365 U.S. at 327-28, 81 S. Ct. at 627-628.
In this case, there is no dispute that the line of commerce involved is gasoline. The parties also agree that the relevant market area is greater Philadelphia.
Thus, whether summary judgment may be entered for Gulf with respect to the plaintiffs' Clayton Act, and by implication, their Sherman Act, exclusive dealing claims, depends upon consideration of the third step of the Tampa Electric analysis. To determine whether the exclusive dealing contracts in issue foreclosed competition in a substantial share of the relevant market,
it is necessary to weigh the probable effect of the contract on the relevant area of effective competition, taking into account the relative strength of the parties, the proportionate volume of commerce involved in relation to the total volume of commerce in the relevant market area, and the probable immediate and future effects which pre-emption of that share of the market might have on effective competition therein.

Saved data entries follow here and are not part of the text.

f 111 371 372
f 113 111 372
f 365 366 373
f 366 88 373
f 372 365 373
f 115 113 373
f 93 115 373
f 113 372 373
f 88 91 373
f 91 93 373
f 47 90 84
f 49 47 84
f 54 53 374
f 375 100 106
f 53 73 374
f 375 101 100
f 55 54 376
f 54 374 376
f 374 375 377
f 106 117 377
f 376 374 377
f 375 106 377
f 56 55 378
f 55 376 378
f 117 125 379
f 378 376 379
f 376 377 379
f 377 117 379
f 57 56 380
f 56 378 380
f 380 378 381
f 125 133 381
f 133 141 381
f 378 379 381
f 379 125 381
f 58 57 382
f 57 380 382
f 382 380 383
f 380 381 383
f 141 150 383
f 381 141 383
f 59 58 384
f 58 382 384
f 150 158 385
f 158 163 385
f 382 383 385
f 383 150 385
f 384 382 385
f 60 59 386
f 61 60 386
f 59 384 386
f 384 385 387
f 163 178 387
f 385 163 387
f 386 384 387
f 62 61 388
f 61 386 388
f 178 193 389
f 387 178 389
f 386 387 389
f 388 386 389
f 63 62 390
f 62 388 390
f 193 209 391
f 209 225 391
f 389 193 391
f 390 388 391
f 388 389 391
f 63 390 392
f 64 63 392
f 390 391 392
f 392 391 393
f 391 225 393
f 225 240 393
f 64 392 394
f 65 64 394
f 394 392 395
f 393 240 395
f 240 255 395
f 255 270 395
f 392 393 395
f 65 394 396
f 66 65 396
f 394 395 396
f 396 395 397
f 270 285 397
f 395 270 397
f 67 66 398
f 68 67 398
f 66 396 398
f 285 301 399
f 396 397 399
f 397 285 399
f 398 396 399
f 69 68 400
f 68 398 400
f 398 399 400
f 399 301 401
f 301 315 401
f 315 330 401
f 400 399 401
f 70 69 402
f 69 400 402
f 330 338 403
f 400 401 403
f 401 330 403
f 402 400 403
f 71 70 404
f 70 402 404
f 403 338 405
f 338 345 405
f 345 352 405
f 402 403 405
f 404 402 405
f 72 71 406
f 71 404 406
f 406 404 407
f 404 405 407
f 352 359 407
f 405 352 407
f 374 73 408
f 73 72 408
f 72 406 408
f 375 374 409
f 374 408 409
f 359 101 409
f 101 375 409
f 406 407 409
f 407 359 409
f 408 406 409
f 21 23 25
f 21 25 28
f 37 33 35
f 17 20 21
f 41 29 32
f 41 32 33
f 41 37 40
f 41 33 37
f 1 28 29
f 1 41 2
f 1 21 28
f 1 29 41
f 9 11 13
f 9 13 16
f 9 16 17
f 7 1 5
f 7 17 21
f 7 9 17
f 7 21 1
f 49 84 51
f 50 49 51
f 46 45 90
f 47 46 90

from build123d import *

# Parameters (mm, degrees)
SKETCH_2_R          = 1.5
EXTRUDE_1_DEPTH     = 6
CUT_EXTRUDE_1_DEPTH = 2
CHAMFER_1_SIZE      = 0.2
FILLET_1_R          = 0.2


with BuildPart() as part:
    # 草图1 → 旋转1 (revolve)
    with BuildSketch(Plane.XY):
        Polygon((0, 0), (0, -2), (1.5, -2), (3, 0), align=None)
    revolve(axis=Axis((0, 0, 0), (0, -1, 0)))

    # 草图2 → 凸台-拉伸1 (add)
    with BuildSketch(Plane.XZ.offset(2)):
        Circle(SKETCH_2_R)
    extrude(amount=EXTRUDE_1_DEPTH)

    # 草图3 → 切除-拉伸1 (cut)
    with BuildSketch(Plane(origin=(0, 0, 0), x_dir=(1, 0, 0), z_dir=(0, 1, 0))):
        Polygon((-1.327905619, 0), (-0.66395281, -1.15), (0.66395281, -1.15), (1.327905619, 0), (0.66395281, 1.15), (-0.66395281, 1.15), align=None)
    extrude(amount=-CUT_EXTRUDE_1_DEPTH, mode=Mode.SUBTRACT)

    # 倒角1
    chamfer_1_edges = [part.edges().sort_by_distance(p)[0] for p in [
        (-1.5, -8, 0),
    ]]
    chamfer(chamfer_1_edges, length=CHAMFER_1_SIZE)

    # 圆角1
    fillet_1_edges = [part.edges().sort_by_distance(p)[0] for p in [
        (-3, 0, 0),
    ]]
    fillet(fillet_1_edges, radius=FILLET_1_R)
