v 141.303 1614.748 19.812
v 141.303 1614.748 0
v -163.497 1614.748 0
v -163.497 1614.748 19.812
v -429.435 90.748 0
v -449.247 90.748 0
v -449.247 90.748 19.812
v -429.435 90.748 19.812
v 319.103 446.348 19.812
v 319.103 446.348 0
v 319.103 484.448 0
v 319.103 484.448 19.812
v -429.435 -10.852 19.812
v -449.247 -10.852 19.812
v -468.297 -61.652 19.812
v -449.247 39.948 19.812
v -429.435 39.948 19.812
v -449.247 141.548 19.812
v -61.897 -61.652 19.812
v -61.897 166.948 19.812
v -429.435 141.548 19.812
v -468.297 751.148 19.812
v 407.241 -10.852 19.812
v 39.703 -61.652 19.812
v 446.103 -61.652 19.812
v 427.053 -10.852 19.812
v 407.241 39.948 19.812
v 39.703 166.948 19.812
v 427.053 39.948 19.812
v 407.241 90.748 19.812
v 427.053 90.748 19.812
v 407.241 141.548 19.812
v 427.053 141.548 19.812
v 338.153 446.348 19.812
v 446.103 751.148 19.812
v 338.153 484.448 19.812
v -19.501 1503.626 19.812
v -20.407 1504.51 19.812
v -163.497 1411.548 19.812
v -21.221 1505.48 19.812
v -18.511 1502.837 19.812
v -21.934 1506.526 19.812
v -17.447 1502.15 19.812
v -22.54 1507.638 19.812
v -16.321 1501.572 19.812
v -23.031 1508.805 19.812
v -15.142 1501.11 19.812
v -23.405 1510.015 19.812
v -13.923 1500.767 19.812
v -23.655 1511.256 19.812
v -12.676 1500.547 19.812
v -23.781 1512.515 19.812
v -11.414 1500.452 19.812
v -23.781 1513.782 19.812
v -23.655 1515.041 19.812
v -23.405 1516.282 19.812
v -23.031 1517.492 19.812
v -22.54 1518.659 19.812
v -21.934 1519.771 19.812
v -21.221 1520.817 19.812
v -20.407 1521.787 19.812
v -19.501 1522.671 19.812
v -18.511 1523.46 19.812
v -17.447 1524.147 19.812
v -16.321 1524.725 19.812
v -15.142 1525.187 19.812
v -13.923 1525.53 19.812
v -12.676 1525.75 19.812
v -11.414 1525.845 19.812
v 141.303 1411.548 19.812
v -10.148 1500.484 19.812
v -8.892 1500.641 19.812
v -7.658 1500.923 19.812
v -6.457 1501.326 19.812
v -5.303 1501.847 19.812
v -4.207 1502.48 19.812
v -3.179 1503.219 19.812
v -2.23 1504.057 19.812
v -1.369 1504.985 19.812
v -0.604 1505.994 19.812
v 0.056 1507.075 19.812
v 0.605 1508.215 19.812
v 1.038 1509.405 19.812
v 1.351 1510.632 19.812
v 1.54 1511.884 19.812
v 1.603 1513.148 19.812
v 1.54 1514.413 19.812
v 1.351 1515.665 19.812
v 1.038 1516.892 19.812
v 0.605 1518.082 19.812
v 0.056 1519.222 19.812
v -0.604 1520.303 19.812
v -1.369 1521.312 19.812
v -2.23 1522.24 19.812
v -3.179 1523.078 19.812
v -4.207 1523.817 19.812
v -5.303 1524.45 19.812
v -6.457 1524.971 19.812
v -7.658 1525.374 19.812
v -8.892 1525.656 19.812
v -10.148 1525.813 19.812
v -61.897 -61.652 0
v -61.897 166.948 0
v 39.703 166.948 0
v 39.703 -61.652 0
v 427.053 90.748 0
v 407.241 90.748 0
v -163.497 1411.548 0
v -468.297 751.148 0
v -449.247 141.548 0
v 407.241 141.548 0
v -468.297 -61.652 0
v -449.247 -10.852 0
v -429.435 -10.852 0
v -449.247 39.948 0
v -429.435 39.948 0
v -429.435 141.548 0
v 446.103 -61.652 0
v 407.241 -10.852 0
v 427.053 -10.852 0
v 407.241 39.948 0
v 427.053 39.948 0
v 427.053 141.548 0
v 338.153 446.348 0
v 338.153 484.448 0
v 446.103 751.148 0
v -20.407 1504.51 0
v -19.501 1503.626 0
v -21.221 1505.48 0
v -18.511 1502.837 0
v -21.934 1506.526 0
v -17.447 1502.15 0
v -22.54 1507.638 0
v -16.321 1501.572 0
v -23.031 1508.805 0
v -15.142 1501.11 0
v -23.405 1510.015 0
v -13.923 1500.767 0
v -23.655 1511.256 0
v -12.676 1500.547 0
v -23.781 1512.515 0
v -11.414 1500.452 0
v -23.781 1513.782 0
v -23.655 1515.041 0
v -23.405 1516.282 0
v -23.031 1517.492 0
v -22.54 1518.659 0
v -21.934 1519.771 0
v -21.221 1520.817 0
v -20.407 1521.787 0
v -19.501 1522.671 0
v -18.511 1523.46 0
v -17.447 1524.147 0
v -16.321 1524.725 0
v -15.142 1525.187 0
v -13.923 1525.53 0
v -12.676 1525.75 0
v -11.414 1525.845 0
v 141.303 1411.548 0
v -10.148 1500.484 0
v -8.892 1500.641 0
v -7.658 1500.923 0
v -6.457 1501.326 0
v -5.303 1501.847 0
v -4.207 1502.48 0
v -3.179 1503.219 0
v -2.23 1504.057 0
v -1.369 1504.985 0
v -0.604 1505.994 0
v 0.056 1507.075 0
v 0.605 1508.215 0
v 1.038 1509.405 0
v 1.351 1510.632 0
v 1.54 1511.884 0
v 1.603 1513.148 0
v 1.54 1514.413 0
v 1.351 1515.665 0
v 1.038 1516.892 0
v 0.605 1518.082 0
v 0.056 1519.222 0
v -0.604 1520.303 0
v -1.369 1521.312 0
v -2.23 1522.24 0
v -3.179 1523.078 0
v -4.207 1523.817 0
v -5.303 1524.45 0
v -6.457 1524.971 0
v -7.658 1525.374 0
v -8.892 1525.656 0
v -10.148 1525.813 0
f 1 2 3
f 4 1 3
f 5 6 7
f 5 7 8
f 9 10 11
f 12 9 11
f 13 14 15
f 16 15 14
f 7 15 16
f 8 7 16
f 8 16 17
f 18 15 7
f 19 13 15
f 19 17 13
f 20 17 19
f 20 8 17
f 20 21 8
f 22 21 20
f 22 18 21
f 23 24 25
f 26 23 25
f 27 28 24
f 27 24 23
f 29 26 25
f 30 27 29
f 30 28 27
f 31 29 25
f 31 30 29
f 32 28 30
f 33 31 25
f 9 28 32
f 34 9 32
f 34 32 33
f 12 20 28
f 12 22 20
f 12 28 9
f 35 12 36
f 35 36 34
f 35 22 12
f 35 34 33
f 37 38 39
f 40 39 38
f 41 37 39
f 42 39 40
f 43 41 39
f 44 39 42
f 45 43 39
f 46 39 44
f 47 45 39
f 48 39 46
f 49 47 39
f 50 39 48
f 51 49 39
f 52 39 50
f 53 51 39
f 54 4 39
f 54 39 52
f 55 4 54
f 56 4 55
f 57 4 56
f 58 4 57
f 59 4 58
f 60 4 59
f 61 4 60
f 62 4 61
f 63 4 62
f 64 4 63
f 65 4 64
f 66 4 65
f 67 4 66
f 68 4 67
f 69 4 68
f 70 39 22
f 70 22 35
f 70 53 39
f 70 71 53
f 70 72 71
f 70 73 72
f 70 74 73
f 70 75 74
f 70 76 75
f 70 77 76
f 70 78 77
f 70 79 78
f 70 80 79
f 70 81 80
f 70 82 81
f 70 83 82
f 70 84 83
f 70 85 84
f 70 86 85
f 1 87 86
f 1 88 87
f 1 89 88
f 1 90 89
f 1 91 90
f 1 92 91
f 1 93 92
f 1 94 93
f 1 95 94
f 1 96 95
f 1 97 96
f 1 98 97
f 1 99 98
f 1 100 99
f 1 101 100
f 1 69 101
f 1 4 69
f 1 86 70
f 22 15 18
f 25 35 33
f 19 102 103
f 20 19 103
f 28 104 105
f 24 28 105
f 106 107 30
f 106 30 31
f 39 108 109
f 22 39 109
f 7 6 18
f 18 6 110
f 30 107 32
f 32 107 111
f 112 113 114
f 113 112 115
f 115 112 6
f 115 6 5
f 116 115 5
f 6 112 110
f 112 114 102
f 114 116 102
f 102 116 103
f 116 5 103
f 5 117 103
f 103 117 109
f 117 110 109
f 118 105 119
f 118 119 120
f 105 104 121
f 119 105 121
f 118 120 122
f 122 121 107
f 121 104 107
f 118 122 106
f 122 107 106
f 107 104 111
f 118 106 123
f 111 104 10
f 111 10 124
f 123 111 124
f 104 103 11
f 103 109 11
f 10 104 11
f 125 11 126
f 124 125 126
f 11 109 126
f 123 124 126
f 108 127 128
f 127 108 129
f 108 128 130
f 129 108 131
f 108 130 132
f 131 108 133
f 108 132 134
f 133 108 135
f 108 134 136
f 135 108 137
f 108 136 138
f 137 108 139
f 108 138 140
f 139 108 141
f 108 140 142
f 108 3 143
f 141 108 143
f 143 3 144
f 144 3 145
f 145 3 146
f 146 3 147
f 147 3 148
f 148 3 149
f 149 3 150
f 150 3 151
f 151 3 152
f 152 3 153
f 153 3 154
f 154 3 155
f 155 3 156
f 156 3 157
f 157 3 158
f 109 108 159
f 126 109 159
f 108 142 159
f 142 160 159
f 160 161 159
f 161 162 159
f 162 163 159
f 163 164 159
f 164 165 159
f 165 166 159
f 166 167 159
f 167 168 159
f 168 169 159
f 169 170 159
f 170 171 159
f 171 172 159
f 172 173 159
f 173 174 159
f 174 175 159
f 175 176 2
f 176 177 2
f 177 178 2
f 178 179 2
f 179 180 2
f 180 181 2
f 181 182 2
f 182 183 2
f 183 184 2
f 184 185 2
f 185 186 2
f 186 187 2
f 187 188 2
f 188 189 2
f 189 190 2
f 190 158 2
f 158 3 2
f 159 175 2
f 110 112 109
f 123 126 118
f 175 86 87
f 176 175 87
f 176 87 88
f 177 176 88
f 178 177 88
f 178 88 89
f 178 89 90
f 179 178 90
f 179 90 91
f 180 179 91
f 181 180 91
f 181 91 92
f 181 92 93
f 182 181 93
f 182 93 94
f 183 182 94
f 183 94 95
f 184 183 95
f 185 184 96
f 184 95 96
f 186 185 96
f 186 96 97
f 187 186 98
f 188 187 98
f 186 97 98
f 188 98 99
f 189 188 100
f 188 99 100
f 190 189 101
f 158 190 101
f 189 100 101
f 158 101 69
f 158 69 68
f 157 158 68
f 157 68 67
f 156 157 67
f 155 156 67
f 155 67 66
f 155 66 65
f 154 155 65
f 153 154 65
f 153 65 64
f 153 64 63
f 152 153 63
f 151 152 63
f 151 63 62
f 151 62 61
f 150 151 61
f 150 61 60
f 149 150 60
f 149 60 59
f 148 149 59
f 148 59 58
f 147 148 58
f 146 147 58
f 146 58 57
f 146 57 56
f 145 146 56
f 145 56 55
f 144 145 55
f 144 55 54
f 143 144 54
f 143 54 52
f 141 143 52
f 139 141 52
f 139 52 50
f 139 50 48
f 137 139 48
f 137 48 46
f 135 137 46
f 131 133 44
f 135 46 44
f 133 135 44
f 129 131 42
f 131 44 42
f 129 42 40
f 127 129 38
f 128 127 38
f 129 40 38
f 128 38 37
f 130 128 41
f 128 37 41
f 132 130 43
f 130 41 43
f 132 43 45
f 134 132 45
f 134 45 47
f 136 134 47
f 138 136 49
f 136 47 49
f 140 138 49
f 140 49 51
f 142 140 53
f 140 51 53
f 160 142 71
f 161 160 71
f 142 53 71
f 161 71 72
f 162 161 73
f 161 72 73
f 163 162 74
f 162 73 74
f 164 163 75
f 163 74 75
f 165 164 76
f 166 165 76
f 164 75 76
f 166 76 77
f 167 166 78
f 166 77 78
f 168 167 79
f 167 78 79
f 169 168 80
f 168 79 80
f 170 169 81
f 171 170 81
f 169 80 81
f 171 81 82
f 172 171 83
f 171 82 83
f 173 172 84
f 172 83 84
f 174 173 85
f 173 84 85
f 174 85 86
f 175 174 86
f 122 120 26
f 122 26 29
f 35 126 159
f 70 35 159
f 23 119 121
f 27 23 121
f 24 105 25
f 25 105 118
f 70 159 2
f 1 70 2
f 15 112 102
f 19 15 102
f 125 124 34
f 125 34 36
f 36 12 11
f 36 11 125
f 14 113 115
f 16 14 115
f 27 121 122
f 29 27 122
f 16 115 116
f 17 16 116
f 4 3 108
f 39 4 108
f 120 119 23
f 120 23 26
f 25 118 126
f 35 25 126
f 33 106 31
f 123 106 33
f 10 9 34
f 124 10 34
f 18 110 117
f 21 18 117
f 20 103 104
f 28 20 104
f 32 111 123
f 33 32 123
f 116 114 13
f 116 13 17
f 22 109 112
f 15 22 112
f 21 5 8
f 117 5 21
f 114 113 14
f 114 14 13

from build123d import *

# Parameters (mm, degrees)
F0_W     = 19.812
F0_H     = 50.8
F0_W_2   = 19.05
F0_H_2   = 38.1
F1_DEPTH = 19.812
F2_R     = 12.7
F3_DEPTH = 254


# Not quite as in the source:
# - a feature names something its author has since deleted; it is built from what else it names


with BuildPart() as f1:
    # F0 (on Top) → F1 (new body)
    with BuildSketch(Plane.XY):
        Polygon((-468.2972775146, 751.1484609425), (-468.2972775146, -61.6515390575), (-61.8972775146, -61.6515390575), (-61.8972775146, 166.9484609425), (39.7027224854, 166.9484609425), (39.7027224854, -61.6515390575), (446.1027224854, -61.6515390575), (446.1027224854, 751.1484609425), (141.3027224854, 1411.5484609425), (141.3027224854, 1614.7484609425), (-11.0972775146, 1614.7484609425), (-163.4972775146, 1614.7484609425), (-163.4972775146, 1411.5484609425), align=None)
        with Locations((-439.3412775146, 14.5484609425)):
            Rectangle(F0_W, F0_H, mode=Mode.SUBTRACT)
        with Locations((-439.3412775146, 116.1484609425)):
            Rectangle(F0_W, F0_H, mode=Mode.SUBTRACT)
        with Locations((417.1467224854, 14.5484609425)):
            Rectangle(F0_W, F0_H, mode=Mode.SUBTRACT)
        with Locations((417.1467224854, 116.1484609425)):
            Rectangle(F0_W, F0_H, mode=Mode.SUBTRACT)
        with Locations((328.6277224854, 465.3984609425)):
            Rectangle(F0_W_2, F0_H_2, mode=Mode.SUBTRACT)
    extrude(amount=F1_DEPTH)

    # F2 (on face) → F3 (cut)
    with BuildSketch(Plane.XY.offset(19.812)):
        with Locations((-11.0972775146, 1513.1484609425)):
            Circle(F2_R)
    extrude(amount=-F3_DEPTH, mode=Mode.SUBTRACT)


solid = f1.part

Tampa Electric, supra, 365 U.S. at 329, 81 S. Ct. at 629.
In addition, " Tampa Electric makes clear that in deciding whether an exclusive dealing contract violates section 3, the judiciary must take into account the economic justification for the arrangement." American Motor Inns, Inc. v. Holiday Inns, Inc., 521 F.2d 1230, 1251 (3d Cir.1975).
The statistical evidence bearing on whether a censurable foreclosure of competition may have occurred is not in dispute. Gulf's market share in the Philadelphia area is approximately 7%
which places Gulf sixth in market share size among the thirteen major gasoline suppliers in the area. Exhibit C-1, Defendant's Additional Briefing on its Motion for Summary Judgment. Of the approximately 3,000 gasoline stations in the area Gulf has 149 retail outlets or 5% of the total. These figures persuade me that even assuming that exclusive dealing agreements existed during the period embraced by the complaint, it is not likely that the agreements substantially lessened competition in the Philadelphia market.
Plaintiffs contend that a comparison of the facts here to those in Standard Oil Co. v. United States, 337 U.S. 293, 69 S. Ct. 1051, 93 L. Ed. 1371 (1949), should lead me to a contrary conclusion; it does not. In that case
the impact of the requirements contracts was studied in the setting of the large number of [Standard Oil] gasoline stations -- 5,937 or 16% of the retail outlets in the relevant market -- and the large number of contracts, over 18,000, together with the great volume of products involved. Tampa Electric, 365 U.S. at 328-29 [81 S. Ct. at 628-29] (distinguishing Standard Oil).